■ Directions
Set down, please, exactly the lines below that run from the line with "v 14.826 13.365 36.593" to the line with "v 2.54 13.365 36.208", both lines included.

Top of Provided data

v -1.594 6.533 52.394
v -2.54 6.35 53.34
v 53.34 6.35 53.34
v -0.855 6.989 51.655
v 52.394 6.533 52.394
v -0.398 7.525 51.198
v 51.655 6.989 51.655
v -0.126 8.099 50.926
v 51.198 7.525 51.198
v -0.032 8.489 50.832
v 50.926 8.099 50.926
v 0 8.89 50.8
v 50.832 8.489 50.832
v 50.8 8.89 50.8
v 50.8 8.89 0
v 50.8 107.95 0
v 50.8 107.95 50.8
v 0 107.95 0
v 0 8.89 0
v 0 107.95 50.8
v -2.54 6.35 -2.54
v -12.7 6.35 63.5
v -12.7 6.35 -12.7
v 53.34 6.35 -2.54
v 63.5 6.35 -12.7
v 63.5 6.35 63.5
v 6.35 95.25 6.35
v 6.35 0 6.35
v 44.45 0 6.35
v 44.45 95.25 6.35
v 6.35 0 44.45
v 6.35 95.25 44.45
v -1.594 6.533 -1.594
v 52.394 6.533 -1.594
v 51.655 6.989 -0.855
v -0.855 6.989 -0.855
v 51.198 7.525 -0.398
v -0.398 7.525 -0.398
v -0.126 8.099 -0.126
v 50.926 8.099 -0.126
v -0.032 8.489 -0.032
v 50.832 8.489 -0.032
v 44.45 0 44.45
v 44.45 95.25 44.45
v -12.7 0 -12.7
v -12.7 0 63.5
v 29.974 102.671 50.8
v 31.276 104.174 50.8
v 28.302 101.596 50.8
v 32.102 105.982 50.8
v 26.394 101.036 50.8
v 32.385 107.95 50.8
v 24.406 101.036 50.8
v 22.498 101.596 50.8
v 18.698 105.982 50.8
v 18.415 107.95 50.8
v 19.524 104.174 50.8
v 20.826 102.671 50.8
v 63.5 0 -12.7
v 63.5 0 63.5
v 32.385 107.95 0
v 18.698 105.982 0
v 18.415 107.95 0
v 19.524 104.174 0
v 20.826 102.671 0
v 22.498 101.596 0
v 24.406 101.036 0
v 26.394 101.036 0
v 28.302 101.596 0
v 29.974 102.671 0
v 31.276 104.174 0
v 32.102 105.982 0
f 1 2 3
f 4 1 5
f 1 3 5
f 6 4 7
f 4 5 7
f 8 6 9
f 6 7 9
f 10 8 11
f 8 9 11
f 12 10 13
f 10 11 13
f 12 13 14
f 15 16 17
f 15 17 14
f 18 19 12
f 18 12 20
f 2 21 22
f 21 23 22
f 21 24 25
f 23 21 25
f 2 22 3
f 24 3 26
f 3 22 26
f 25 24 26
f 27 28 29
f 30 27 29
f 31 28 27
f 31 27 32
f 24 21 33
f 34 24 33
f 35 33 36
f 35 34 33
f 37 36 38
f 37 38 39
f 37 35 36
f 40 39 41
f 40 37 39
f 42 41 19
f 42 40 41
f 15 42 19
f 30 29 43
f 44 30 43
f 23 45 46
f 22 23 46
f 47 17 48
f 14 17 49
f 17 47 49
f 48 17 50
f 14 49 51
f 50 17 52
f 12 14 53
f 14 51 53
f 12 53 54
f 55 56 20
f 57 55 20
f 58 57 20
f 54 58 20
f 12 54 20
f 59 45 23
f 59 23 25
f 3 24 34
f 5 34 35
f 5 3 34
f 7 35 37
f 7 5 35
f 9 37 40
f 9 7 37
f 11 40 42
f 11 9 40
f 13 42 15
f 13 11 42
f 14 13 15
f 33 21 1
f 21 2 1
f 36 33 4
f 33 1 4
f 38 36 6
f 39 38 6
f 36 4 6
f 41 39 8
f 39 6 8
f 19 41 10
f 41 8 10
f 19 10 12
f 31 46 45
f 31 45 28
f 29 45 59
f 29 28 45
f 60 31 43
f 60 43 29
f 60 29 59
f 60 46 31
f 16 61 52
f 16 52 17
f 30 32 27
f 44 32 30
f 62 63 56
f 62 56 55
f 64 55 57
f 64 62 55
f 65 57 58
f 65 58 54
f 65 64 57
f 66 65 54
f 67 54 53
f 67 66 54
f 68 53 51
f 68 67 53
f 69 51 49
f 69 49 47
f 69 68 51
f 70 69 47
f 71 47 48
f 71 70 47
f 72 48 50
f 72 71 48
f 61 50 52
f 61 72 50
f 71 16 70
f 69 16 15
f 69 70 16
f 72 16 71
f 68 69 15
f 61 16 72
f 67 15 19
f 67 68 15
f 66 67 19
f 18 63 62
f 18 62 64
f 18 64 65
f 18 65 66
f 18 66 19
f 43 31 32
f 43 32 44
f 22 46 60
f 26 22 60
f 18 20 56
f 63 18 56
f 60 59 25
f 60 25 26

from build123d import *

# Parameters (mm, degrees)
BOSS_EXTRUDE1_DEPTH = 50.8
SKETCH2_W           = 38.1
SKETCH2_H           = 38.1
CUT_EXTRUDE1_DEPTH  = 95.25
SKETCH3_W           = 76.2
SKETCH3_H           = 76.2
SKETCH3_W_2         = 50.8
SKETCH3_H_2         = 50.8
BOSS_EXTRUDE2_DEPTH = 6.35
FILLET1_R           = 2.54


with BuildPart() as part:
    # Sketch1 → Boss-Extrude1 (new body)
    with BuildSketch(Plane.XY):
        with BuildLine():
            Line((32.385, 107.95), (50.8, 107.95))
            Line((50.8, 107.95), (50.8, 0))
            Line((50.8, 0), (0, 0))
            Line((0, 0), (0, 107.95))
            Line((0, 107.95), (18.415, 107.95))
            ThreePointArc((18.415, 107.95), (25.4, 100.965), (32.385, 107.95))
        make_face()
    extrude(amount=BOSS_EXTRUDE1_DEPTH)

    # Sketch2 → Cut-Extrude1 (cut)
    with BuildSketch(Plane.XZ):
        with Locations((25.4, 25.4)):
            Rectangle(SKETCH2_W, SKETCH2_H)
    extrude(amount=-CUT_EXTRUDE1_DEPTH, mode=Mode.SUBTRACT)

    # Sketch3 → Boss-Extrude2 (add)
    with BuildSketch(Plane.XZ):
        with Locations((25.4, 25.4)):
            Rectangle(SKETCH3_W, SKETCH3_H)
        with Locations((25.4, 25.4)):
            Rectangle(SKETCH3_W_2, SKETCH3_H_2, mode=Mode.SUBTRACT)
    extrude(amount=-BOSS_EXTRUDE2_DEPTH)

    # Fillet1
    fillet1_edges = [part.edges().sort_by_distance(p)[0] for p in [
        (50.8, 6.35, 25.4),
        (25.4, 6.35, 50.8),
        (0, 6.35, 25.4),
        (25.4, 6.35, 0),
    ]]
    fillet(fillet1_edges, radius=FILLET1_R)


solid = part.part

Bottom of Provided data
Top of Provided data

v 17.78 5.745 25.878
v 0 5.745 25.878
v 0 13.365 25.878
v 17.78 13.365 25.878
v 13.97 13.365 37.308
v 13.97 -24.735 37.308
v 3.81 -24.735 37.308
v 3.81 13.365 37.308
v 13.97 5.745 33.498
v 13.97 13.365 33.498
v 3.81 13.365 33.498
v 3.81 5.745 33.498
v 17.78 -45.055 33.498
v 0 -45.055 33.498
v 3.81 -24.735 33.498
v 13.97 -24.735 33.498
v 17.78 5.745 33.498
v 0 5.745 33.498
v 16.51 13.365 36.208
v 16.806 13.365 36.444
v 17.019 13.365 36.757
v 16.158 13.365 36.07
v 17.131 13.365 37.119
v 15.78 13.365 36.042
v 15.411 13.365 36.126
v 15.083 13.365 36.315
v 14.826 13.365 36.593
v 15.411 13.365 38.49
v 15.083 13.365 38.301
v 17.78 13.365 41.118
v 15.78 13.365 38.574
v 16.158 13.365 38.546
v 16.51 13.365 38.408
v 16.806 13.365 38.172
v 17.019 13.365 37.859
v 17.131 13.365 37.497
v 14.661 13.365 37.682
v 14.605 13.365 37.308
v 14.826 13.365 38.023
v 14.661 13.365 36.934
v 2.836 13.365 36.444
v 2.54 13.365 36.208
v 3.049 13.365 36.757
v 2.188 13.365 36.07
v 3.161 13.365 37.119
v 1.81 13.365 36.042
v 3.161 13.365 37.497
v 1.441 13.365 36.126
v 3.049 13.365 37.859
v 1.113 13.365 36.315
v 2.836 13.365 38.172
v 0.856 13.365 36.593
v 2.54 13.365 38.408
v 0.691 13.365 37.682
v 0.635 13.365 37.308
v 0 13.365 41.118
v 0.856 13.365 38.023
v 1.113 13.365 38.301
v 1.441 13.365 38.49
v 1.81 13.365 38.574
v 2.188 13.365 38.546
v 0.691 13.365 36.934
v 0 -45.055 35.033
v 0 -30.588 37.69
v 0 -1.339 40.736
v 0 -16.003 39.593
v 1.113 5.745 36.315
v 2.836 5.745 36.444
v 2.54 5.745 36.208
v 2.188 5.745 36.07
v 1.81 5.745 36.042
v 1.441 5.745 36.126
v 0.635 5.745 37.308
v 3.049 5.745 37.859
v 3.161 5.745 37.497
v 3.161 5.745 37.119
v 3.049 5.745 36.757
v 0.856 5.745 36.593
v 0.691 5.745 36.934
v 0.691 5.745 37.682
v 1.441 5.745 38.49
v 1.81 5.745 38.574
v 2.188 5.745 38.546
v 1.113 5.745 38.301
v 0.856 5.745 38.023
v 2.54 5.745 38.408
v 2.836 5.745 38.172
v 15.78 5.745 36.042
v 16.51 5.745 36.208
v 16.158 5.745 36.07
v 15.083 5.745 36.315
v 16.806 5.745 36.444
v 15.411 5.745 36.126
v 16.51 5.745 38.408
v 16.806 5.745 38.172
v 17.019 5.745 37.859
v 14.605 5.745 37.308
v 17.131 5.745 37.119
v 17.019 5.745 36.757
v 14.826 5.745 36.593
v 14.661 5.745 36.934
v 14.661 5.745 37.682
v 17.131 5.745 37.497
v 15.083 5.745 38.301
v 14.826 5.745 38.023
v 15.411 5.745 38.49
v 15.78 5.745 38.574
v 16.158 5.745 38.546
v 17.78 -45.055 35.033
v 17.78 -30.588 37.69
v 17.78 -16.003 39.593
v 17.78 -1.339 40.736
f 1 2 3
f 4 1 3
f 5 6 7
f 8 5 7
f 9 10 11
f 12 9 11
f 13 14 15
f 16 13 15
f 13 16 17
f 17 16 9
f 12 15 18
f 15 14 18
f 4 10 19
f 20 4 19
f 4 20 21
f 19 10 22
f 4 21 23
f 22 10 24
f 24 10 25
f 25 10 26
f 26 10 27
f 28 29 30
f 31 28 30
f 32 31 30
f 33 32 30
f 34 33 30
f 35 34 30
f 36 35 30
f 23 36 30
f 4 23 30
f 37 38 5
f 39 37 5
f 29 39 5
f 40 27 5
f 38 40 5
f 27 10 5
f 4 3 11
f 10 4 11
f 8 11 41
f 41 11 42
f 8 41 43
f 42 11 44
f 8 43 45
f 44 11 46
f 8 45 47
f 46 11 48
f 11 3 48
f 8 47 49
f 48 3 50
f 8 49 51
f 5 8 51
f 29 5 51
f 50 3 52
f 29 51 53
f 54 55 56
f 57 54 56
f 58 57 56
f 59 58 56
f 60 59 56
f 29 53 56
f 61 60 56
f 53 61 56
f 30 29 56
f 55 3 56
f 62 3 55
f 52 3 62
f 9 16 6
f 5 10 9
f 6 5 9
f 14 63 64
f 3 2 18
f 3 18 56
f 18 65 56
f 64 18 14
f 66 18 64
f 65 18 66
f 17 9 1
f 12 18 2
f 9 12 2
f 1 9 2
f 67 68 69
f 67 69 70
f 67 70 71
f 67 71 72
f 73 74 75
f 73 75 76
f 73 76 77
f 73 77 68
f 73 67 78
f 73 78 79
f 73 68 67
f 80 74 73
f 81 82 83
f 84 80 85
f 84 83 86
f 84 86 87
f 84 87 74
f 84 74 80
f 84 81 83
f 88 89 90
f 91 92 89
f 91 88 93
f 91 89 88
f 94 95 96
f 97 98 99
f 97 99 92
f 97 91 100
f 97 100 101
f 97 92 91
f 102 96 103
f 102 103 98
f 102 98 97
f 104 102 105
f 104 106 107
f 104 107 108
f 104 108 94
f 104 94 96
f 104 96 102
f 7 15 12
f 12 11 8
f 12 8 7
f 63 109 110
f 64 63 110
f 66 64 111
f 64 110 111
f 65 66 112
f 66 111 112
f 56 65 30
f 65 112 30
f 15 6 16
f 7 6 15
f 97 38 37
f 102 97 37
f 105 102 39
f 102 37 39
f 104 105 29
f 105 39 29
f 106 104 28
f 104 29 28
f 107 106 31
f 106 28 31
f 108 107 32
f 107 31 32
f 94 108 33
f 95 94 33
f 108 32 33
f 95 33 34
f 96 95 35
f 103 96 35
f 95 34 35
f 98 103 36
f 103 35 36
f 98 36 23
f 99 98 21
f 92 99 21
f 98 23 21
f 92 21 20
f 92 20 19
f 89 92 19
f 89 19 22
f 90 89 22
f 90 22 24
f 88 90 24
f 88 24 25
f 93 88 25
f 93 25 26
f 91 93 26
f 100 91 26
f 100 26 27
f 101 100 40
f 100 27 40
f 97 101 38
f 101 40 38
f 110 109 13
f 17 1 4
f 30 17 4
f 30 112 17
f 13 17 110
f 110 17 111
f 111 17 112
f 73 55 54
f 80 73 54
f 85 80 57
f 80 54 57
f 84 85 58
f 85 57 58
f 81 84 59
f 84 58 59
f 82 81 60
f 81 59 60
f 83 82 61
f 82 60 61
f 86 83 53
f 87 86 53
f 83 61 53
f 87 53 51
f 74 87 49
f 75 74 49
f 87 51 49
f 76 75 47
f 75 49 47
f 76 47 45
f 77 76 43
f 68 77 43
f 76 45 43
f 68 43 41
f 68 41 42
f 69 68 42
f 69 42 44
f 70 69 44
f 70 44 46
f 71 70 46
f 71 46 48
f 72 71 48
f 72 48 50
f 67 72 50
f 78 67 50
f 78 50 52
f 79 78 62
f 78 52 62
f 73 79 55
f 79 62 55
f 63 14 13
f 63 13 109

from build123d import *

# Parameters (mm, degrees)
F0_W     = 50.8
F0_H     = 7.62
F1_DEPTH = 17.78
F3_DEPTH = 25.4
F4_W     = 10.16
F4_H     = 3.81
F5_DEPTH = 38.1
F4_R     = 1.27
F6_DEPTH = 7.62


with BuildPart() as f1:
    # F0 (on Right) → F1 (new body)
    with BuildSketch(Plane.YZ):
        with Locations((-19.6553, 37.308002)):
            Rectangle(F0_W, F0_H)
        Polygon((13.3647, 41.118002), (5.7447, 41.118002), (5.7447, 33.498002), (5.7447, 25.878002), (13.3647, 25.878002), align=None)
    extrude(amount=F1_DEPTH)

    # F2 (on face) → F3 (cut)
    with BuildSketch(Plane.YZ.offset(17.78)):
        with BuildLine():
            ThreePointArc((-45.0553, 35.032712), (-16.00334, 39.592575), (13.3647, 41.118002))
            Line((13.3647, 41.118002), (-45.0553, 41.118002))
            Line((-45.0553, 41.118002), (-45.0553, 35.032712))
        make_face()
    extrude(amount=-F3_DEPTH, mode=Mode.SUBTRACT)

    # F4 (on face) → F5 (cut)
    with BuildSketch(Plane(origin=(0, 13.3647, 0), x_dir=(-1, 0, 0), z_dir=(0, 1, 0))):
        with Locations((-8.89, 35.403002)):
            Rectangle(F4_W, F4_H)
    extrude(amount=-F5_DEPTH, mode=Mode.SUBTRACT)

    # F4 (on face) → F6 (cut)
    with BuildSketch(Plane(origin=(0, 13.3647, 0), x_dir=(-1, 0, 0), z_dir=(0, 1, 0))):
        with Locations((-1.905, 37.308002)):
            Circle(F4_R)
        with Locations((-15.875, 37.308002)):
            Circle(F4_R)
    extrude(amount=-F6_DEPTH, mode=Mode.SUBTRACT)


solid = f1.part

Bottom of Provided data

■ Written reply
v 14.826 13.365 36.593
v 15.411 13.365 38.49
v 15.083 13.365 38.301
v 17.78 13.365 41.118
v 15.78 13.365 38.574
v 16.158 13.365 38.546
v 16.51 13.365 38.408
v 16.806 13.365 38.172
v 17.019 13.365 37.859
v 17.131 13.365 37.497
v 14.661 13.365 37.682
v 14.605 13.365 37.308
v 14.826 13.365 38.023
v 14.661 13.365 36.934
v 2.836 13.365 36.444
v 2.54 13.365 36.208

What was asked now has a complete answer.